Problem description
Of the entries below, return only those lines from the line with "#70=CARTESIAN_POINT('',(7.910153,-22.430231,-5.314303));" to the line with "#110=ORIENTED_EDGE('',*,*,#109,.F.);", exactly, both included.

=== Dataset records ===

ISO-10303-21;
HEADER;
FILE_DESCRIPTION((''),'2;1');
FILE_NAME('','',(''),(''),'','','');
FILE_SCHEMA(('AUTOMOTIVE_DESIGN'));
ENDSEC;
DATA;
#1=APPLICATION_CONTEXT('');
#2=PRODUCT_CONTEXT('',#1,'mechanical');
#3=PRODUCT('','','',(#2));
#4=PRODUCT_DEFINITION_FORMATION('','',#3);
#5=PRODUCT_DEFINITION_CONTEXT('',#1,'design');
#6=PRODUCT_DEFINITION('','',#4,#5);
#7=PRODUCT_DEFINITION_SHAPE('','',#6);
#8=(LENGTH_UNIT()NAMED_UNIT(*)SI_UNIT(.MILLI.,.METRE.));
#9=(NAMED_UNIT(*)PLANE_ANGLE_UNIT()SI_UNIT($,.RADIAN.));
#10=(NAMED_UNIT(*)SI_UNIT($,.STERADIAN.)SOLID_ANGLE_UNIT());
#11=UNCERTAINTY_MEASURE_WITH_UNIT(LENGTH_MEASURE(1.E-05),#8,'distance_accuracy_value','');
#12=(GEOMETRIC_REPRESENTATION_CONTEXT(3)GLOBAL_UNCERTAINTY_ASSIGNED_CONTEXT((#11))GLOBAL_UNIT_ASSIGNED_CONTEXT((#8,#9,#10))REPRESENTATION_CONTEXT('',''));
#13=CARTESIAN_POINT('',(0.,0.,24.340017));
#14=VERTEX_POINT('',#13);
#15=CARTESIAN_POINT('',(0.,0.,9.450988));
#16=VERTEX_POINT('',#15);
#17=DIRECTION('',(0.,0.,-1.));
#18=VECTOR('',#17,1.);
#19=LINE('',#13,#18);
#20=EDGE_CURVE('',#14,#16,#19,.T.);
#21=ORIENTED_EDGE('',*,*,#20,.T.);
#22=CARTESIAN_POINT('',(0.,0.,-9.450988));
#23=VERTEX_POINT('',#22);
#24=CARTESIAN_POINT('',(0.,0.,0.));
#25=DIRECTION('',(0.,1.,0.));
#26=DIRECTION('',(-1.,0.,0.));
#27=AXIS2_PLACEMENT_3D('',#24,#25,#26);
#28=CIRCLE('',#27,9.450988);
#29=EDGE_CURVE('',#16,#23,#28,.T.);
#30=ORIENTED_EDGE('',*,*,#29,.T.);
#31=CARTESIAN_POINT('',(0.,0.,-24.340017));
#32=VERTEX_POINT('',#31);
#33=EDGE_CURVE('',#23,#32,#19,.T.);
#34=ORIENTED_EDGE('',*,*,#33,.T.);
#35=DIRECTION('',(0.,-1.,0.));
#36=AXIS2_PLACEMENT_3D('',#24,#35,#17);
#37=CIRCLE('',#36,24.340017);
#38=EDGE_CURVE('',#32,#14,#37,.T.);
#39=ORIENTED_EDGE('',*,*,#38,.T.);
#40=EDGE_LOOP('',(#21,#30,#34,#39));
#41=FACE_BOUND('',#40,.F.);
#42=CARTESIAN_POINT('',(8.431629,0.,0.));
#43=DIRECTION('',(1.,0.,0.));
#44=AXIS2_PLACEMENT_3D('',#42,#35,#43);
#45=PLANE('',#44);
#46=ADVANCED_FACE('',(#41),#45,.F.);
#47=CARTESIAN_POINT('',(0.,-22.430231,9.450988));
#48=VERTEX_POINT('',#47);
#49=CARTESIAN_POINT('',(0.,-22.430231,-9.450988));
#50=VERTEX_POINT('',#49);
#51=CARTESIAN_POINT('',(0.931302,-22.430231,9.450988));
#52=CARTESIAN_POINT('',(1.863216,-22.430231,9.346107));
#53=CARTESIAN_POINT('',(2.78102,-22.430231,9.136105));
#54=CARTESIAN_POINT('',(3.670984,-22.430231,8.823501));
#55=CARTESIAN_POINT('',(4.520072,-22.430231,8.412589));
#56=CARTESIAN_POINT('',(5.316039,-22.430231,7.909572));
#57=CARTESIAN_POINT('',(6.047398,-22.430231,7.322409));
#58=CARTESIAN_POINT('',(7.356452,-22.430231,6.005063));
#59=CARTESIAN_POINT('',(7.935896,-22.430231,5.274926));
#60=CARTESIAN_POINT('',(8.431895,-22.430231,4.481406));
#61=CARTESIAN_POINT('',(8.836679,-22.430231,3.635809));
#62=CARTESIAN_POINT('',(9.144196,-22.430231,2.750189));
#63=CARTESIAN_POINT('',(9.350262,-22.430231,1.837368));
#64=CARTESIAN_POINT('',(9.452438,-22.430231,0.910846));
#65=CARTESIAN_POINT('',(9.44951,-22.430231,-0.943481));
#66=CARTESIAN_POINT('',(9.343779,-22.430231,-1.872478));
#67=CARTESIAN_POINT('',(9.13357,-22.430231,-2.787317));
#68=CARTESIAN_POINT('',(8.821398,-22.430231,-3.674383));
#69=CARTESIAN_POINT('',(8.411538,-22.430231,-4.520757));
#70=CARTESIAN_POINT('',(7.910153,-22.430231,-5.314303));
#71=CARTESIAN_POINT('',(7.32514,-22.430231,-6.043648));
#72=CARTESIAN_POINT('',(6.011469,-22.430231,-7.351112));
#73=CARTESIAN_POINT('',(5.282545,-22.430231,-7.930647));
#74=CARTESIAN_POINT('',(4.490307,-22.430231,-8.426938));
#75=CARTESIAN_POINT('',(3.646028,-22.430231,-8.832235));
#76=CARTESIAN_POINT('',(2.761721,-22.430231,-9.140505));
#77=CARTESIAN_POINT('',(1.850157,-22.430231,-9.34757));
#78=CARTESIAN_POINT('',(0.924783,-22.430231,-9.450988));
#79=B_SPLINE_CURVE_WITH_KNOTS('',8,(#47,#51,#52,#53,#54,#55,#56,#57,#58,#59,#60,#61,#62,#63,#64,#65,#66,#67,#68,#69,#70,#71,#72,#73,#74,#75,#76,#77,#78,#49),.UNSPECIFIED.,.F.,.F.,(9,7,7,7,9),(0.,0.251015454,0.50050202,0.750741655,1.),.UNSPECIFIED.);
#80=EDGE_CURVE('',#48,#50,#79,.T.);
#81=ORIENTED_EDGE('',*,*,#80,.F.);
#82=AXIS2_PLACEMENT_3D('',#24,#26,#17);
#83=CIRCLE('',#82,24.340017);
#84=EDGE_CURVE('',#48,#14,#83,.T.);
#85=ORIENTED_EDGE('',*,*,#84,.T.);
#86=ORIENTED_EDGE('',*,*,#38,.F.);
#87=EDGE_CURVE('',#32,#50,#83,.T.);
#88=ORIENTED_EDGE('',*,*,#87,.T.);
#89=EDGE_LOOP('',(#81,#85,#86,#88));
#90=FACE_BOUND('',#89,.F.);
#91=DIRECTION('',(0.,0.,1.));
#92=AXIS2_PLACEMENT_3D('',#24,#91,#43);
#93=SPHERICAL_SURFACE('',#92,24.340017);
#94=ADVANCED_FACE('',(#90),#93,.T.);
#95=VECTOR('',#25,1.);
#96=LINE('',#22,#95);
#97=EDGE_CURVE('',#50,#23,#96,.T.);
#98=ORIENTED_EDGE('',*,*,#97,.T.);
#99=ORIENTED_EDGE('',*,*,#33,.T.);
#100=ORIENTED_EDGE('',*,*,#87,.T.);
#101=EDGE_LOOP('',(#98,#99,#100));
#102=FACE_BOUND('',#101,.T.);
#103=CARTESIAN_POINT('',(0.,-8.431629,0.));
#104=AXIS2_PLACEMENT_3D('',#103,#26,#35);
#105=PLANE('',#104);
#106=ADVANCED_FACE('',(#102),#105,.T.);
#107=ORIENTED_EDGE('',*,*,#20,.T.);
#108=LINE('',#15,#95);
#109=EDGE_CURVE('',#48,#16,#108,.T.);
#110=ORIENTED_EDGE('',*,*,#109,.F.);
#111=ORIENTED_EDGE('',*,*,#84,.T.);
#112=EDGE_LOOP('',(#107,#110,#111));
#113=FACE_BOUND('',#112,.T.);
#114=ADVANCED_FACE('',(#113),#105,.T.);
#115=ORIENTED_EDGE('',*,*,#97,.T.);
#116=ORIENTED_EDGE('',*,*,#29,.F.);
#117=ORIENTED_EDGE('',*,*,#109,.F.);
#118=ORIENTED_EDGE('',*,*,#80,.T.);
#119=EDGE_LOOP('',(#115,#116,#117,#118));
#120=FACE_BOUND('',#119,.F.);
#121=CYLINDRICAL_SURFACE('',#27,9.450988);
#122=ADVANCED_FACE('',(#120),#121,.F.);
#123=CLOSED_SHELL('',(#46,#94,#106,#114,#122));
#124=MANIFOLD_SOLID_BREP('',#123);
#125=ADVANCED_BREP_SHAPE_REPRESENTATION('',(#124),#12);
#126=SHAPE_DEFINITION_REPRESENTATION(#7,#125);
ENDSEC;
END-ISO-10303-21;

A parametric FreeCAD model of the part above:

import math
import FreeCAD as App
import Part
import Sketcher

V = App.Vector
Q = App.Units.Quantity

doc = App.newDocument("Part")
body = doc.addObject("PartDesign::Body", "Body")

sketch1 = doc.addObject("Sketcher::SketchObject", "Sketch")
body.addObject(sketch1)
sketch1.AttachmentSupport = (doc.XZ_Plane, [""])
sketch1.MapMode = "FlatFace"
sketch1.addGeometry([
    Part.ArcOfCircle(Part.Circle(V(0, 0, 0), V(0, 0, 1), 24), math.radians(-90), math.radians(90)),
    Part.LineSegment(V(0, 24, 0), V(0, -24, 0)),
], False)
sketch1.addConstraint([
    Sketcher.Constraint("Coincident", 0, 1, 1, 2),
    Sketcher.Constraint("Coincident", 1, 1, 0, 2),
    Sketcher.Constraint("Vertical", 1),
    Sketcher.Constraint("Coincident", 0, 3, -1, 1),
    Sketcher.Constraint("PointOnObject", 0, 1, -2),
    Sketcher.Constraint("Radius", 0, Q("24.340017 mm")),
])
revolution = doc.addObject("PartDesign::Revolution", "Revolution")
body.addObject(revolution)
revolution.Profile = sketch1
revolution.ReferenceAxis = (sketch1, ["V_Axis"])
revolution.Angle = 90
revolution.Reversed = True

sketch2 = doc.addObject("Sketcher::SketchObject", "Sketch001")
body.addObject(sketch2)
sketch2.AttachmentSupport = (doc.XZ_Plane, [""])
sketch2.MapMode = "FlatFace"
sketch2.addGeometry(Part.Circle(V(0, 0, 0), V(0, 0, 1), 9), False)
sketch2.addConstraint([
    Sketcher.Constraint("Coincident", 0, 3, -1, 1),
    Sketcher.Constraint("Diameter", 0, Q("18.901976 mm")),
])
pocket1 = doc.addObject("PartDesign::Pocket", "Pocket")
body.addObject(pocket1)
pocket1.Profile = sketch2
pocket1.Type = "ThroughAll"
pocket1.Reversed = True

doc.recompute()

===

Written answer
#70=CARTESIAN_POINT('',(7.910153,-22.430231,-5.314303));
#71=CARTESIAN_POINT('',(7.32514,-22.430231,-6.043648));
#72=CARTESIAN_POINT('',(6.011469,-22.430231,-7.351112));
#73=CARTESIAN_POINT('',(5.282545,-22.430231,-7.930647));
#74=CARTESIAN_POINT('',(4.490307,-22.430231,-8.426938));
#75=CARTESIAN_POINT('',(3.646028,-22.430231,-8.832235));
#76=CARTESIAN_POINT('',(2.761721,-22.430231,-9.140505));
#77=CARTESIAN_POINT('',(1.850157,-22.430231,-9.34757));
#78=CARTESIAN_POINT('',(0.924783,-22.430231,-9.450988));
#79=B_SPLINE_CURVE_WITH_KNOTS('',8,(#47,#51,#52,#53,#54,#55,#56,#57,#58,#59,#60,#61,#62,#63,#64,#65,#66,#67,#68,#69,#70,#71,#72,#73,#74,#75,#76,#77,#78,#49),.UNSPECIFIED.,.F.,.F.,(9,7,7,7,9),(0.,0.251015454,0.50050202,0.750741655,1.),.UNSPECIFIED.);
#80=EDGE_CURVE('',#48,#50,#79,.T.);
#81=ORIENTED_EDGE('',*,*,#80,.F.);
#82=AXIS2_PLACEMENT_3D('',#24,#26,#17);
#83=CIRCLE('',#82,24.340017);
#84=EDGE_CURVE('',#48,#14,#83,.T.);
#85=ORIENTED_EDGE('',*,*,#84,.T.);
#86=ORIENTED_EDGE('',*,*,#38,.F.);
#87=EDGE_CURVE('',#32,#50,#83,.T.);
#88=ORIENTED_EDGE('',*,*,#87,.T.);
#89=EDGE_LOOP('',(#81,#85,#86,#88));
#90=FACE_BOUND('',#89,.F.);
#91=DIRECTION('',(0.,0.,1.));
#92=AXIS2_PLACEMENT_3D('',#24,#91,#43);
#93=SPHERICAL_SURFACE('',#92,24.340017);
#94=ADVANCED_FACE('',(#90),#93,.T.);
#95=VECTOR('',#25,1.);
#96=LINE('',#22,#95);
#97=EDGE_CURVE('',#50,#23,#96,.T.);
#98=ORIENTED_EDGE('',*,*,#97,.T.);
#99=ORIENTED_EDGE('',*,*,#33,.T.);
#100=ORIENTED_EDGE('',*,*,#87,.T.);
#101=EDGE_LOOP('',(#98,#99,#100));
#102=FACE_BOUND('',#101,.T.);
#103=CARTESIAN_POINT('',(0.,-8.431629,0.));
#104=AXIS2_PLACEMENT_3D('',#103,#26,#35);
#105=PLANE('',#104);
#106=ADVANCED_FACE('',(#102),#105,.T.);
#107=ORIENTED_EDGE('',*,*,#20,.T.);
#108=LINE('',#15,#95);
#109=EDGE_CURVE('',#48,#16,#108,.T.);
#110=ORIENTED_EDGE('',*,*,#109,.F.);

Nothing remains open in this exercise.